PROBLEM
Say how many of the lines below include the word "drawn", and write nothing else.

PROVIDED DATA
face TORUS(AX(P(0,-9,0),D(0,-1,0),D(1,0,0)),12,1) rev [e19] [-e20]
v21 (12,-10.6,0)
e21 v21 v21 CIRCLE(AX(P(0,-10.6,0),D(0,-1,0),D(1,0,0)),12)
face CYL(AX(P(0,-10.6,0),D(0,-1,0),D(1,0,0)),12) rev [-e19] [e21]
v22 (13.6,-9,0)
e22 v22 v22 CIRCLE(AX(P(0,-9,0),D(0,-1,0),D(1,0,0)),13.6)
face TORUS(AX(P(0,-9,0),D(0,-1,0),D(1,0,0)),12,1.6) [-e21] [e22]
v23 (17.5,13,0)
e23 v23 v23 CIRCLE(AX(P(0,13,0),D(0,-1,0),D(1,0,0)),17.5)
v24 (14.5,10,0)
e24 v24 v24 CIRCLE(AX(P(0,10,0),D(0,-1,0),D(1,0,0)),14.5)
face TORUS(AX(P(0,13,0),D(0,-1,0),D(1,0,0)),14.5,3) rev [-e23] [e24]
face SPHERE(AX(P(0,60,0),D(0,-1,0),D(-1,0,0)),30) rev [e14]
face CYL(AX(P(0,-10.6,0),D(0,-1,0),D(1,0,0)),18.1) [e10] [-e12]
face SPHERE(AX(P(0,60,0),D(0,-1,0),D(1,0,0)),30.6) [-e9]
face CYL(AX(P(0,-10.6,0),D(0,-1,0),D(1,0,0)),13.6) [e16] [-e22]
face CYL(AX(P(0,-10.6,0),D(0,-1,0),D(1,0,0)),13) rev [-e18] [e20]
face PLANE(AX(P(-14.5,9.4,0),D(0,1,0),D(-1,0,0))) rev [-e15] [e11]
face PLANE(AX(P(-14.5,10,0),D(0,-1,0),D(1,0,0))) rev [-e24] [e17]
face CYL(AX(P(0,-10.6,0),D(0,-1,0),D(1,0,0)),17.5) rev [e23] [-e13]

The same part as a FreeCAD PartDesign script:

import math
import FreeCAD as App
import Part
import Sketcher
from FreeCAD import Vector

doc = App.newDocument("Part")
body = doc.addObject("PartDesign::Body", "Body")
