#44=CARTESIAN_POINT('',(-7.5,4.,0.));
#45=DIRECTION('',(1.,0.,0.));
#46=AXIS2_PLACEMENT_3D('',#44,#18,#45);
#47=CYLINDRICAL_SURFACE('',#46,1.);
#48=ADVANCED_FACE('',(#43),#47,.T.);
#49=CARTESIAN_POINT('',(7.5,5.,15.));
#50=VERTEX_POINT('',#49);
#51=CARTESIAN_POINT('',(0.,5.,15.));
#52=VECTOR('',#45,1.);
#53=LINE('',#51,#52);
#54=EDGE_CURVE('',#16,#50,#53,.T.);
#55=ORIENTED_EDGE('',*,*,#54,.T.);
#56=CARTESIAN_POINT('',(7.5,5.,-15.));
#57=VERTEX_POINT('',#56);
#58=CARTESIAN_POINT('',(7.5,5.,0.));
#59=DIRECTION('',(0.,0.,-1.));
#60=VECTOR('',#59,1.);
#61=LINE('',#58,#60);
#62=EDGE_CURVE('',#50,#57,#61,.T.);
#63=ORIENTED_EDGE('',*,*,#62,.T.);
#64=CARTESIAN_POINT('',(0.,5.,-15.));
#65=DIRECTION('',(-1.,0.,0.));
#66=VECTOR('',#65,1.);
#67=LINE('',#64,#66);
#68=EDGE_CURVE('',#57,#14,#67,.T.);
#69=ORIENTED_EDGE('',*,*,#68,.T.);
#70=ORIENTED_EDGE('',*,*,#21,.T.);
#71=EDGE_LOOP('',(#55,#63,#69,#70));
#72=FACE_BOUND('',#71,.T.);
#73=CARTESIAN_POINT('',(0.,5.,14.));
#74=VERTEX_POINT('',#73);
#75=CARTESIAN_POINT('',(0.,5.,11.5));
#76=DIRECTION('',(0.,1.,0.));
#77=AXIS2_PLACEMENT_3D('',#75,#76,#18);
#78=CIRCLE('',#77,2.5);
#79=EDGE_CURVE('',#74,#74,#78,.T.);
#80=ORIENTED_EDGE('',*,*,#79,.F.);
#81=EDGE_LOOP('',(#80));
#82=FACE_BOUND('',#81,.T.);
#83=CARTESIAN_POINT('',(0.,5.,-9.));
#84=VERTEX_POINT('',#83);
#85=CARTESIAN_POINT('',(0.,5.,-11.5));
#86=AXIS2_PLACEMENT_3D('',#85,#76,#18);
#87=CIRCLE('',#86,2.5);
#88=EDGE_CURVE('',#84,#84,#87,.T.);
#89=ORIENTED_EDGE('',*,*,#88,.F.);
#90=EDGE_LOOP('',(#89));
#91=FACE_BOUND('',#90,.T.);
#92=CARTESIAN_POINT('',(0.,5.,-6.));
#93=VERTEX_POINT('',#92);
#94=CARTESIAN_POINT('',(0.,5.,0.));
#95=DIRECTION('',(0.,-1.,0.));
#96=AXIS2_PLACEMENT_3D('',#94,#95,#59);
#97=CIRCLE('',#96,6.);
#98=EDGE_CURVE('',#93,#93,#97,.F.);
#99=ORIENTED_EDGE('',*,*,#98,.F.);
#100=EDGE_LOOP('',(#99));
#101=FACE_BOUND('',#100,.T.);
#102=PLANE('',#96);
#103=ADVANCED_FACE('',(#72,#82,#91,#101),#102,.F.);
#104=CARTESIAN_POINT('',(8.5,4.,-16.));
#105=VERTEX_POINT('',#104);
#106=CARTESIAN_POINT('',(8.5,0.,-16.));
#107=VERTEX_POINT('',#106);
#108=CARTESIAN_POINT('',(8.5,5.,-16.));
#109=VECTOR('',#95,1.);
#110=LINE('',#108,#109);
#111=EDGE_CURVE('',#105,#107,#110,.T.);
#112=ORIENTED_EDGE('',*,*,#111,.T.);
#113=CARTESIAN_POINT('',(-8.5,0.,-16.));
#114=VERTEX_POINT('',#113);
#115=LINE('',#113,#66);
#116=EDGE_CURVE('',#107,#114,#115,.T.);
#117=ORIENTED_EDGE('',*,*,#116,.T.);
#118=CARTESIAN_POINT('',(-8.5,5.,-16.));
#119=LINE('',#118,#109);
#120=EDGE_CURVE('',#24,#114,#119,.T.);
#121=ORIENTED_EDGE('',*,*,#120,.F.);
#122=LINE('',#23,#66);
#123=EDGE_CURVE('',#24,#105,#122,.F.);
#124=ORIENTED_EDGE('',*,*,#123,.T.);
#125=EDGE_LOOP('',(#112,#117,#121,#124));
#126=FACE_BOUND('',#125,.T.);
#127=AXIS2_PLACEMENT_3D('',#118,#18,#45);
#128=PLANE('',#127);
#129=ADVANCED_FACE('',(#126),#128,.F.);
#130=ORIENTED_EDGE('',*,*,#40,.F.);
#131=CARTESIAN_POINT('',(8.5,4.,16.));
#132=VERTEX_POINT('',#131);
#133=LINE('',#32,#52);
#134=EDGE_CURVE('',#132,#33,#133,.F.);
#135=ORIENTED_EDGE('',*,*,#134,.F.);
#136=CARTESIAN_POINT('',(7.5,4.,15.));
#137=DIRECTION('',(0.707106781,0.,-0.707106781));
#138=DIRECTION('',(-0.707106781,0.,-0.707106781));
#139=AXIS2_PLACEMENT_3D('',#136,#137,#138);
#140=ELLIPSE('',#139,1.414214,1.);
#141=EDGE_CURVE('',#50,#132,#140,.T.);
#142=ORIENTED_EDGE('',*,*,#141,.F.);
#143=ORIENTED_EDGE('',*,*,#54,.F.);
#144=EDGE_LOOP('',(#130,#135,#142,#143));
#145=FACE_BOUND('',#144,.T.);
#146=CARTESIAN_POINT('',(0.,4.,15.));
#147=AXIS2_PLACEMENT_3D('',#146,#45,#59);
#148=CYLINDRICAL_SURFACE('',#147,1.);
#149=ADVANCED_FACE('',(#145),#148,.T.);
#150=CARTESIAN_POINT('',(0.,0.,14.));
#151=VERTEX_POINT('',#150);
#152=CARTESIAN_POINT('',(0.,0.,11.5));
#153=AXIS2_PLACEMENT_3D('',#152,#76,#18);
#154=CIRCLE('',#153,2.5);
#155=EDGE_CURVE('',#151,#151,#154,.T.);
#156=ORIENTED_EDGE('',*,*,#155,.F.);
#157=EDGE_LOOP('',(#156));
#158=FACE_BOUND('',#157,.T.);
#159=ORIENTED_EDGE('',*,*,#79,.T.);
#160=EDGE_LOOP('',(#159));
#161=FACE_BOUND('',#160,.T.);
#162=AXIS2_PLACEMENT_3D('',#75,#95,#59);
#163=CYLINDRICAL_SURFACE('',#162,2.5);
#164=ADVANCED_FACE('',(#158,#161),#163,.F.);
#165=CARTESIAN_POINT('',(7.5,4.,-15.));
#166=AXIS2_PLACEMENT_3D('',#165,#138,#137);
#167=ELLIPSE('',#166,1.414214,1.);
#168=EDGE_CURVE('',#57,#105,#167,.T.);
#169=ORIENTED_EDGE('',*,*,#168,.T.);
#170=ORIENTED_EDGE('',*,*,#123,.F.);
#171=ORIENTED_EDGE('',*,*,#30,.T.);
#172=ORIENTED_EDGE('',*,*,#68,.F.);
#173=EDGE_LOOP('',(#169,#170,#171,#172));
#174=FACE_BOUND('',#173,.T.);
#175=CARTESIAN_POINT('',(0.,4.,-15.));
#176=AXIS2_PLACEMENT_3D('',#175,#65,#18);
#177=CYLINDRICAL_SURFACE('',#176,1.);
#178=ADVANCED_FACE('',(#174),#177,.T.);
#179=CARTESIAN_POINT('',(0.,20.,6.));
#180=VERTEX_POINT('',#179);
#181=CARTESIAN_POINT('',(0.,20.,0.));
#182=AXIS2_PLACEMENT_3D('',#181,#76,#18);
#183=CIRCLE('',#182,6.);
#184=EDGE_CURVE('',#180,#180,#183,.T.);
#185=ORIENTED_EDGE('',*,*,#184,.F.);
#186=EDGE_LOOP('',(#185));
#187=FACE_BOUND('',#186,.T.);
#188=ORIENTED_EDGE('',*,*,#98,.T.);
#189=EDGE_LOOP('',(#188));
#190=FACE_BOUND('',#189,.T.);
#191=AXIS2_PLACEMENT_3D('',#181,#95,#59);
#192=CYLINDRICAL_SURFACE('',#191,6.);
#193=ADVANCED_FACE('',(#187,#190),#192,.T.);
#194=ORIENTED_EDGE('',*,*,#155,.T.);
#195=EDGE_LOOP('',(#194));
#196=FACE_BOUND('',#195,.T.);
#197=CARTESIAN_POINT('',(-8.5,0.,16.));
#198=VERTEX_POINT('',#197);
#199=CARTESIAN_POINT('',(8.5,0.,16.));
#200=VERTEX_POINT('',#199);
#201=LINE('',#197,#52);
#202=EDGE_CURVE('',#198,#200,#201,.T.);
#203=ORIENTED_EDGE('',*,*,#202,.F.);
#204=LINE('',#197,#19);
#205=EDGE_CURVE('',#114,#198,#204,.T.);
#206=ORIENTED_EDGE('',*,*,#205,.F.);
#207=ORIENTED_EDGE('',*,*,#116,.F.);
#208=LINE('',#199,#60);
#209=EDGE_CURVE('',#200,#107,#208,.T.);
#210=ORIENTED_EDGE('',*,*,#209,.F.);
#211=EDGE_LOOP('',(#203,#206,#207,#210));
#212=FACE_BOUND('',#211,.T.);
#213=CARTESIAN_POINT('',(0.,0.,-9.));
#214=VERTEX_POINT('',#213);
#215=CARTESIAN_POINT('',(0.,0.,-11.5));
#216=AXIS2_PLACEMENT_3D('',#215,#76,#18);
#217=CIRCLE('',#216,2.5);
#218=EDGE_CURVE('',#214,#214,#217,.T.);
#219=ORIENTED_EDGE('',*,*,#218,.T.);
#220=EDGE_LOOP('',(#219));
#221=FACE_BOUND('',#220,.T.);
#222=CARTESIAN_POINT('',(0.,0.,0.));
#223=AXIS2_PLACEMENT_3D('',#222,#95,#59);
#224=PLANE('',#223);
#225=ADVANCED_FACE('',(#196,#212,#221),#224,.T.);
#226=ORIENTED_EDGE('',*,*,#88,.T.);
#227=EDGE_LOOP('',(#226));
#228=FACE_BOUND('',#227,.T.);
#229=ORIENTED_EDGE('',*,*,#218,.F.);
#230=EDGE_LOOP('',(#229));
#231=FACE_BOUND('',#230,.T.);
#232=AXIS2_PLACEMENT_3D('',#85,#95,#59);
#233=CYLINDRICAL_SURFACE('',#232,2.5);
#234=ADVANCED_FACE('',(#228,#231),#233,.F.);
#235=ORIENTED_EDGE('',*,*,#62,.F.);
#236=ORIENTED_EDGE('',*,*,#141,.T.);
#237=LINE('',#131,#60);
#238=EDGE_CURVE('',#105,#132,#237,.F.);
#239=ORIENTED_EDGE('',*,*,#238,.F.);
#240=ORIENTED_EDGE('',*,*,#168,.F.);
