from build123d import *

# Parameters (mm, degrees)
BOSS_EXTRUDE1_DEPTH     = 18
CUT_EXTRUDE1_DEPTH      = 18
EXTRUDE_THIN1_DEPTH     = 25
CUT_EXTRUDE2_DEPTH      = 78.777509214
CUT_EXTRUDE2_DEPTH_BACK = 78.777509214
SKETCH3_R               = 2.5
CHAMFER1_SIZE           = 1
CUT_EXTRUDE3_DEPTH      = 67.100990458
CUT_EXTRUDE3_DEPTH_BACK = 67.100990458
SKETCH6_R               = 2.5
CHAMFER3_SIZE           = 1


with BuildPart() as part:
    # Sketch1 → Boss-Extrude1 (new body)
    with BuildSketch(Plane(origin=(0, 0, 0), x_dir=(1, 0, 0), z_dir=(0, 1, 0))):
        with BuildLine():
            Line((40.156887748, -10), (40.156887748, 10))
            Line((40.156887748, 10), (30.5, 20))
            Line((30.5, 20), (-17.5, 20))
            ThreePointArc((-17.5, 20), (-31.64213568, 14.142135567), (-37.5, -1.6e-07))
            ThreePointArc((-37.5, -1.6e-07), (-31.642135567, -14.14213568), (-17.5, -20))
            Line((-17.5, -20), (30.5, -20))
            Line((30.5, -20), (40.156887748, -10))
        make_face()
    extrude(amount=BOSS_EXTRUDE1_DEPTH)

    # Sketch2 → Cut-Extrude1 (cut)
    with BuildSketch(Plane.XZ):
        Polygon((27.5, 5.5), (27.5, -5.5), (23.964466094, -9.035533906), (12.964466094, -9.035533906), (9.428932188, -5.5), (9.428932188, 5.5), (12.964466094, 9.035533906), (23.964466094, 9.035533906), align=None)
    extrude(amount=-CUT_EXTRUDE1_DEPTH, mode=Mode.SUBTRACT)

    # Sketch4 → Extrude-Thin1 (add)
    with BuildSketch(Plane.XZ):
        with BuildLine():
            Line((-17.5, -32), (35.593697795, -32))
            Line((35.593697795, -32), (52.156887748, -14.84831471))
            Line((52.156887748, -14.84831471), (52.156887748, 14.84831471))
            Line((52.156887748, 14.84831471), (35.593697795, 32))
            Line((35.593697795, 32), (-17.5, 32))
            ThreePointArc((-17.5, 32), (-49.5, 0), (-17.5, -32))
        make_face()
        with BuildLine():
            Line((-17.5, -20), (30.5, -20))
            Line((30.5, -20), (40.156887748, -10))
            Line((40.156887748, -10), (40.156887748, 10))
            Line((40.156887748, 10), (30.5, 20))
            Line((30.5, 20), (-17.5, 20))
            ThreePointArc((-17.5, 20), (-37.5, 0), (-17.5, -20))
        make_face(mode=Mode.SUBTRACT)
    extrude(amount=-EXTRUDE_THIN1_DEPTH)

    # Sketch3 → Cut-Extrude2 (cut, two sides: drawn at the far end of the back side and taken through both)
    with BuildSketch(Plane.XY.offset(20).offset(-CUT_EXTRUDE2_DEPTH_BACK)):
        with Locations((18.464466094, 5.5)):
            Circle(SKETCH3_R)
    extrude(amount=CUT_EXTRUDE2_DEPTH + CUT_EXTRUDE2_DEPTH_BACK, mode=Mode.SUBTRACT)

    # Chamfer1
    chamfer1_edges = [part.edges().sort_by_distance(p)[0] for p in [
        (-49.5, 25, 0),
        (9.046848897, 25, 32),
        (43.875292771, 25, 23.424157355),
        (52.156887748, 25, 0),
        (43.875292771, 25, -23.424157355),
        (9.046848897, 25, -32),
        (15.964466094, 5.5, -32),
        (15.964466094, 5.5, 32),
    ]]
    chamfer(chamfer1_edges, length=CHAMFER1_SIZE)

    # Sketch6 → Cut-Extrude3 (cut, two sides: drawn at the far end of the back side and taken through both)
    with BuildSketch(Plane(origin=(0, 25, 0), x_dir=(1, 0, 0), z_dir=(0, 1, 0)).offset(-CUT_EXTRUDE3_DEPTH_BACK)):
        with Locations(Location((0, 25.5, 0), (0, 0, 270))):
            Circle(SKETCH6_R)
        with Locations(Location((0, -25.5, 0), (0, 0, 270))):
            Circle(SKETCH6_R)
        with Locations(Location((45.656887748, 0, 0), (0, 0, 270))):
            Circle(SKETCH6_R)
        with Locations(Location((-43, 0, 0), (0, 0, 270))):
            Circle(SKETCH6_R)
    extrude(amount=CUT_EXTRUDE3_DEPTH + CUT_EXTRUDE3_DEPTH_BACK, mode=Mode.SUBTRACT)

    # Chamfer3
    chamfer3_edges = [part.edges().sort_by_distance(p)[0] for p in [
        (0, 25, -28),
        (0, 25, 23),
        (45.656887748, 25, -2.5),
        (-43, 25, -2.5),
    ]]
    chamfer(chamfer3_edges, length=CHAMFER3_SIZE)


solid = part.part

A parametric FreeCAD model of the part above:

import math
import FreeCAD as App
import Part
import Sketcher

V = App.Vector
Q = App.Units.Quantity


def edges_at(feature, points):
    """Names of the edges that pass closest to the given points."""
    edges = feature.Shape.Edges
    near = lambda p: min(range(len(edges)), key=lambda i: edges[i].distToShape(Part.Vertex(*p))[0])
    return sorted({f"Edge{near(p) + 1}" for p in points})


def add_polygon(sketch, points):
    """Adds a closed chain of lines whose ends are joined by coincident constraints."""
    first, n = sketch.GeometryCount, len(points)
    for a, b in zip(points, points[1:] + points[:1]):
        sketch.addGeometry(Part.LineSegment(App.Vector(*a, 0), App.Vector(*b, 0)), False)
    for i in range(n):
        sketch.addConstraint(Sketcher.Constraint("Coincident", first + i, 2, first + (i + 1) % n, 1))

doc = App.newDocument("Part")
body = doc.addObject("PartDesign::Body", "Body")

# Sketch on XZ plane
sketch1 = doc.addObject("Sketcher::SketchObject", "Sketch")
body.addObject(sketch1)
sketch1.AttachmentSupport = (doc.XZ_Plane, [""])
sketch1.MapMode = "FlatFace"
sketch1.addGeometry(Part.LineSegment(V(40, 10, 0), V(40, -10, 0)), False)
sketch1.addGeometry(Part.LineSegment(V(40, -10, 0), V(30, -20, 0)), False)
sketch1.addGeometry(Part.LineSegment(V(30, -20, 0), V(-18, -20, 0)), False)
sketch1.addGeometry(Part.ArcOfCircle(Part.Circle(V(-17, 0, 0), V(0, 0, 1), 20), math.radians(180), math.radians(270)), False)
sketch1.addGeometry(Part.ArcOfCircle(Part.Circle(V(-17, 0, 0), V(0, 0, 1), 20), math.radians(90), math.radians(180)), False)
sketch1.addGeometry(Part.LineSegment(V(-18, 20, 0), V(30, 20, 0)), False)
sketch1.addGeometry(Part.LineSegment(V(30, 20, 0), V(40, 10, 0)), False)
sketch1.addConstraint(Sketcher.Constraint("Coincident", 0, 2, 1, 1))
sketch1.addConstraint(Sketcher.Constraint("Coincident", 1, 2, 2, 1))
sketch1.addConstraint(Sketcher.Constraint("Tangent", 2, 2, 3, 2))
sketch1.addConstraint(Sketcher.Constraint("Tangent", 3, 1, 4, 2))
sketch1.addConstraint(Sketcher.Constraint("Tangent", 4, 1, 5, 1))
sketch1.addConstraint(Sketcher.Constraint("Coincident", 5, 2, 6, 1))
sketch1.addConstraint(Sketcher.Constraint("Coincident", 6, 2, 0, 1))
sketch1.addConstraint(Sketcher.Constraint("Vertical", 0))
sketch1.addConstraint(Sketcher.Constraint("Horizontal", 2))
sketch1.addConstraint(Sketcher.Constraint("Horizontal", 5))
sketch1.addConstraint(Sketcher.Constraint("Equal", 3, 4))
sketch1.addConstraint(Sketcher.Constraint("Symmetric", 1, 2, 5, 2, -1))
sketch1.addConstraint(Sketcher.Constraint("PointOnObject", 3, 1, -1))
sketch1.addConstraint(Sketcher.Constraint("Equal", 1, 6))
sketch1.addConstraint(Sketcher.Constraint("Radius", 3, 20.0))
sketch1.addConstraint(Sketcher.Constraint("DistanceX", 2, 2, 2, 1, 48.0))
sketch1.addConstraint(Sketcher.Constraint("DistanceY", 0, 2, 0, 1, 20.0))
sketch1.addConstraint(Sketcher.Constraint("Angle", 1, Q("-134 deg")))
sketch1.addConstraint(Sketcher.Constraint("DistanceX", 3, 3, -1, 1, 17.5))
pad1 = doc.addObject("PartDesign::Pad", "Pad")
body.addObject(pad1)
pad1.Profile = sketch1
pad1.Length = 18
pad1.Reversed = True

# Sketch on XZ plane
sketch2 = doc.addObject("Sketcher::SketchObject", "Sketch001")
body.addObject(sketch2)
sketch2.AttachmentSupport = (doc.XZ_Plane, [""])
sketch2.MapMode = "FlatFace"
add_polygon(sketch2, [(28, -6), (28, 6), (24, 9), (13, 9), (9, 6), (9, -6), (13, -9), (24, -9)])  # lines 0-7
sketch2.addConstraint(Sketcher.Constraint("Vertical", 0))
sketch2.addConstraint(Sketcher.Constraint("Horizontal", 2))
sketch2.addConstraint(Sketcher.Constraint("Vertical", 4))
sketch2.addConstraint(Sketcher.Constraint("Horizontal", 6))
sketch2.addConstraint(Sketcher.Constraint("Symmetric", 2, 2, 5, 2, -1))
sketch2.addConstraint(Sketcher.Constraint("Perpendicular", 1, 3))
sketch2.addConstraint(Sketcher.Constraint("Perpendicular", 3, 5))
sketch2.addConstraint(Sketcher.Constraint("Perpendicular", 5, 7))
sketch2.addConstraint(Sketcher.Constraint("Horizontal", 0, 2, 3, 2))
sketch2.addConstraint(Sketcher.Constraint("Horizontal", 4, 2, 7, 2))
sketch2.addConstraint(Sketcher.Constraint("Vertical", 1, 2, 6, 2))
sketch2.addConstraint(Sketcher.Constraint("Equal", 6, 0))
sketch2.addConstraint(Sketcher.Constraint("DistanceX", 2, 2, 2, 1, 11.0))
sketch2.addConstraint(Sketcher.Constraint("Distance", 1, 5.0))
sketch2.addConstraint(Sketcher.Constraint("DistanceX", -1, 1, 0, 2, 27.5))
pocket1 = doc.addObject("PartDesign::Pocket", "Pocket")
body.addObject(pocket1)
pocket1.Profile = sketch2
pocket1.Length = 18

SOLUTION TO THE EXERCISE
2